Awww they are so cute I love their little ears!


----------



## Badger's Mum (Mar 23, 2009)

I want your baby's


----------



## kelseye (Aug 16, 2009)

lol iwant your babys to lol


----------



## AmyCruick (Jul 20, 2009)

Awww frags they are so sweeeet!!  I love the little sticky up eared one just for being different! he he!


----------



## Badger's Mum (Mar 23, 2009)

AmyCruick said:


> Awww frags they are so sweeeet!!  I love the little sticky up eared one just for being different! he he!
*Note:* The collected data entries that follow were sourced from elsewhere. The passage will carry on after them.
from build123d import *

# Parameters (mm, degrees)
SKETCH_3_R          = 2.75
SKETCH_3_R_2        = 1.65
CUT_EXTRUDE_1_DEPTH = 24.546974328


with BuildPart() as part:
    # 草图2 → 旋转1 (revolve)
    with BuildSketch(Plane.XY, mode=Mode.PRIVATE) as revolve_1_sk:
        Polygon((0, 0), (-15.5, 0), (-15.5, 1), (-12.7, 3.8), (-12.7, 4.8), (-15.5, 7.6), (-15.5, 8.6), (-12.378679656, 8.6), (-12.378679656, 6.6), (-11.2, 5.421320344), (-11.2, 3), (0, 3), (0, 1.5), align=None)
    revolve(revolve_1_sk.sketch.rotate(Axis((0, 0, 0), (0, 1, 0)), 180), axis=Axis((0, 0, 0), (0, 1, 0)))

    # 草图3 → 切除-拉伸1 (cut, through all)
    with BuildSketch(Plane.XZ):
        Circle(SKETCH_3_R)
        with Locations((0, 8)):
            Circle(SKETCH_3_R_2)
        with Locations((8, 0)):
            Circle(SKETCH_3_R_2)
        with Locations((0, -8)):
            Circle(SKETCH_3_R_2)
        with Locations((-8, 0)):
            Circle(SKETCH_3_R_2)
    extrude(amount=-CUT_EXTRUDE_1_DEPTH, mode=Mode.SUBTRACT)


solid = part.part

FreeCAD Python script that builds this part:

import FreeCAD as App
import Part
import Sketcher

V = App.Vector

doc = App.newDocument("Part")
body = doc.addObject("PartDesign::Body", "Body")

sketch1 = doc.addObject("Sketcher::SketchObject", "Sketch")
body.addObject(sketch1)
sketch1.AttachmentSupport = (doc.XY_Plane, [""])
sketch1.MapMode = "FlatFace"
sketch1.addGeometry(Part.LineSegment(V(-15.5, 0, 0), V(0, 0, 0)), False)
sketch1.addGeometry(Part.LineSegment(V(0, 0, 0), V(0, 3, 0)), False)
sketch1.addGeometry(Part.LineSegment(V(0, 3, 0), V(-11.2, 3, 0)), False)
sketch1.addGeometry(Part.LineSegment(V(-11.2, 3, 0), V(-11.2, 5.4, 0)), False)
sketch1.addGeometry(Part.LineSegment(V(-11.2, 5.4, 0), V(-12.4, 6.6, 0)), False)
sketch1.addGeometry(Part.LineSegment(V(-12.4, 6.6, 0), V(-12.4, 8.6, 0)), False)
sketch1.addGeometry(Part.LineSegment(V(-12.4, 8.6, 0), V(-15.5, 8.6, 0)), False)
sketch1.addGeometry(Part.LineSegment(V(-15.5, 8.6, 0), V(-15.5, 7.6, 0)), False)
sketch1.addGeometry(Part.LineSegment(V(-15.5, 7.6, 0), V(-12.7, 4.8, 0)), False)
sketch1.addGeometry(Part.LineSegment(V(-12.7, 4.8, 0), V(-12.7, 3.8, 0)), False)
sketch1.addGeometry(Part.LineSegment(V(-12.7, 3.8, 0), V(-15.5, 1, 0)), False)
sketch1.addGeometry(Part.LineSegment(V(-15.5, 1, 0), V(-15.5, 0, 0)), False)
sketch1.addConstraint(Sketcher.Constraint("Coincident", 0, 2, 1, 1))
sketch1.addConstraint(Sketcher.Constraint("Coincident", 1, 2, 2, 1))
sketch1.addConstraint(Sketcher.Constraint("Coincident", 2, 2, 3, 1))
sketch1.addConstraint(Sketcher.Constraint("Coincident", 3, 2, 4, 1))
sketch1.addConstraint(Sketcher.Constraint("Coincident", 4, 2, 5, 1))
sketch1.addConstraint(Sketcher.Constraint("Coincident", 5, 2, 6, 1))
sketch1.addConstraint(Sketcher.Constraint("Coincident", 6, 2, 7, 1))
sketch1.addConstraint(Sketcher.Constraint("Coincident", 7, 2, 8, 1))
sketch1.addConstraint(Sketcher.Constraint("Coincident", 8, 2, 9, 1))
sketch1.addConstraint(Sketcher.Constraint("Coincident", 9, 2, 10, 1))
sketch1.addConstraint(Sketcher.Constraint("Coincident", 10, 2, 11, 1))
sketch1.addConstraint(Sketcher.Constraint("Coincident", 11, 2, 0, 1))
sketch1.addConstraint(Sketcher.Constraint("Horizontal", 0))
sketch1.addConstraint(Sketcher.Constraint("Vertical", 1))
sketch1.addConstraint(Sketcher.Constraint("Horizontal", 2))
sketch1.addConstraint(Sketcher.Constraint("Vertical", 3))
sketch1.addConstraint(Sketcher.Constraint("Vertical", 5))
sketch1.addConstraint(Sketcher.Constraint("Horizontal", 6))
sketch1.addConstraint(Sketcher.Constraint("Vertical", 7))
sketch1.addConstraint(Sketcher.Constraint("Vertical", 9))
sketch1.addConstraint(Sketcher.Constraint("Vertical", 11))
sketch1.addConstraint(Sketcher.Constraint("Coincident", 0, 2, -1, 1))
sketch1.addConstraint(Sketcher.Constraint("Parallel", 4, 8))
sketch1.addConstraint(Sketcher.Constraint("Perpendicular", 8, 10))
sketch1.addConstraint(Sketcher.Constraint("Vertical", 7, 2, 10, 2))
sketch1.addConstraint(Sketcher.Constraint("Equal", 7, 9))
sketch1.addConstraint(Sketcher.Constraint("Equal", 9, 11))
sketch1.addConstraint(Sketcher.Constraint("Equal", 8, 10))
sketch1.addConstraint(Sketcher.Constraint("DistanceY", 1, 1, 1, 2, 3.0))
sketch1.addConstraint(Sketcher.Constraint("DistanceY", 5, 1, 5, 2, 2.0))
sketch1.addConstraint(Sketcher.Constraint("DistanceY", 7, 2, 7, 1, 1.0))
sketch1.addConstraint(Sketcher.Constraint("DistanceX", 0, 1, 0, 2, 15.5))
sketch1.addConstraint(Sketcher.Constraint("DistanceX", 2, 2, 2, 1, 11.2))
sketch1.addConstraint(Sketcher.Constraint("DistanceY", -1, 1, 4, 2, 6.6))
sketch1.addConstraint(Sketcher.Constraint("DistanceX", 6, 2, 6, 1, 3.12132))
revolution = doc.addObject("PartDesign::Revolution", "Revolution")
body.addObject(revolution)
revolution.Profile = sketch1
revolution.ReferenceAxis = (sketch1, ["V_Axis"])
revolution.Angle = 360

sketch2 = doc.addObject("Sketcher::SketchObject", "Sketch001")
body.addObject(sketch2)
sketch2.AttachmentSupport = (doc.XZ_Plane, [""])
sketch2.MapMode = "FlatFace"
sketch2.addGeometry(Part.Circle(V(0, 0, 0), V(0, 0, 1), 2.8), False)
sketch2.addGeometry(Part.Circle(V(0, 8, 0), V(0, 0, 1), 1.6), False)
sketch2.addGeometry(Part.Circle(V(8, 0, 0), V(0, 0, 1), 1.6), False)
sketch2.addGeometry(Part.Circle(V(0, -8, 0), V(0, 0, 1), 1.6), False)
sketch2.addGeometry(Part.Circle(V(-8, 0, 0), V(0, 0, 1), 1.6), False)
sketch2.addConstraint(Sketcher.Constraint("Coincident", 0, 3, -1, 1))
sketch2.addConstraint(Sketcher.Constraint("Equal", 1, 2))
sketch2.addConstraint(Sketcher.Constraint("Equal", 2, 3))
sketch2.addConstraint(Sketcher.Constraint("Equal", 3, 4))
sketch2.addConstraint(Sketcher.Constraint("Symmetric", 1, 3, 3, 3, -1, 1))
sketch2.addConstraint(Sketcher.Constraint("Symmetric", 2, 3, 4, 3, -1, 1))
sketch2.addConstraint(Sketcher.Constraint("PointOnObject", 1, 3, -2))
sketch2.addConstraint(Sketcher.Constraint("PointOnObject", 2, 3, -1))
sketch2.addConstraint(Sketcher.Constraint("Diameter", 0, 5.5))
sketch2.addConstraint(Sketcher.Constraint("Diameter", 1, 3.3))
sketch2.addConstraint(Sketcher.Constraint("DistanceY", -1, 1, 1, 3, 8.0))
sketch2.addConstraint(Sketcher.Constraint("DistanceX", -1, 1, 2, 3, 8.0))
pocket1 = doc.addObject("PartDesign::Pocket", "Pocket")
body.addObject(pocket1)
pocket1.Profile = sketch2
pocket1.Type = "ThroughAll"

doc.recompute()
Lol i think that's the one i'm having


----------



## Kammie (Apr 4, 2009)

I want the sticky up eared one, Is it female? If so can I have her? I am looking for a friend for George afterall.


----------



## umber (Feb 15, 2009)

I want your babies 3!


----------



## frags (Feb 5, 2009)

the sticky up eared 1 is a broken/butterfly opal same as mummy im unsure of the sex but i have 2 of those colours 
chris are you still interested in buns?


----------



## frags (Feb 5, 2009)

wow you all want my babies  lol i have 4 human babies if anyone wants them?


----------



## Kammie (Apr 4, 2009)

Bids for Frags' human babies start at £10...Begin...Anyone...No one, sorry Frags it seems you may have to keep them.


----------



## frags (Feb 5, 2009)

Kammie said:


> Bids for Frags' human babies start at £10...Begin...Anyone...No one, sorry Frags it seems you may have to keep them.


 dam!!!


----------



## frags (Feb 5, 2009)

just been out and 1 looks like a buck and the other looks like a doe but this could be an undeveloped penis will be easier to tell in 3 weeks time.


----------



## Kammie (Apr 4, 2009)

Come on be a girly.


----------



## HayleyD (Aug 18, 2009)

They are adorable! Do you find it difficult to part with them?


----------



## frags (Feb 5, 2009)

HayleyD said:


> They are adorable! Do you find it difficult to part with them?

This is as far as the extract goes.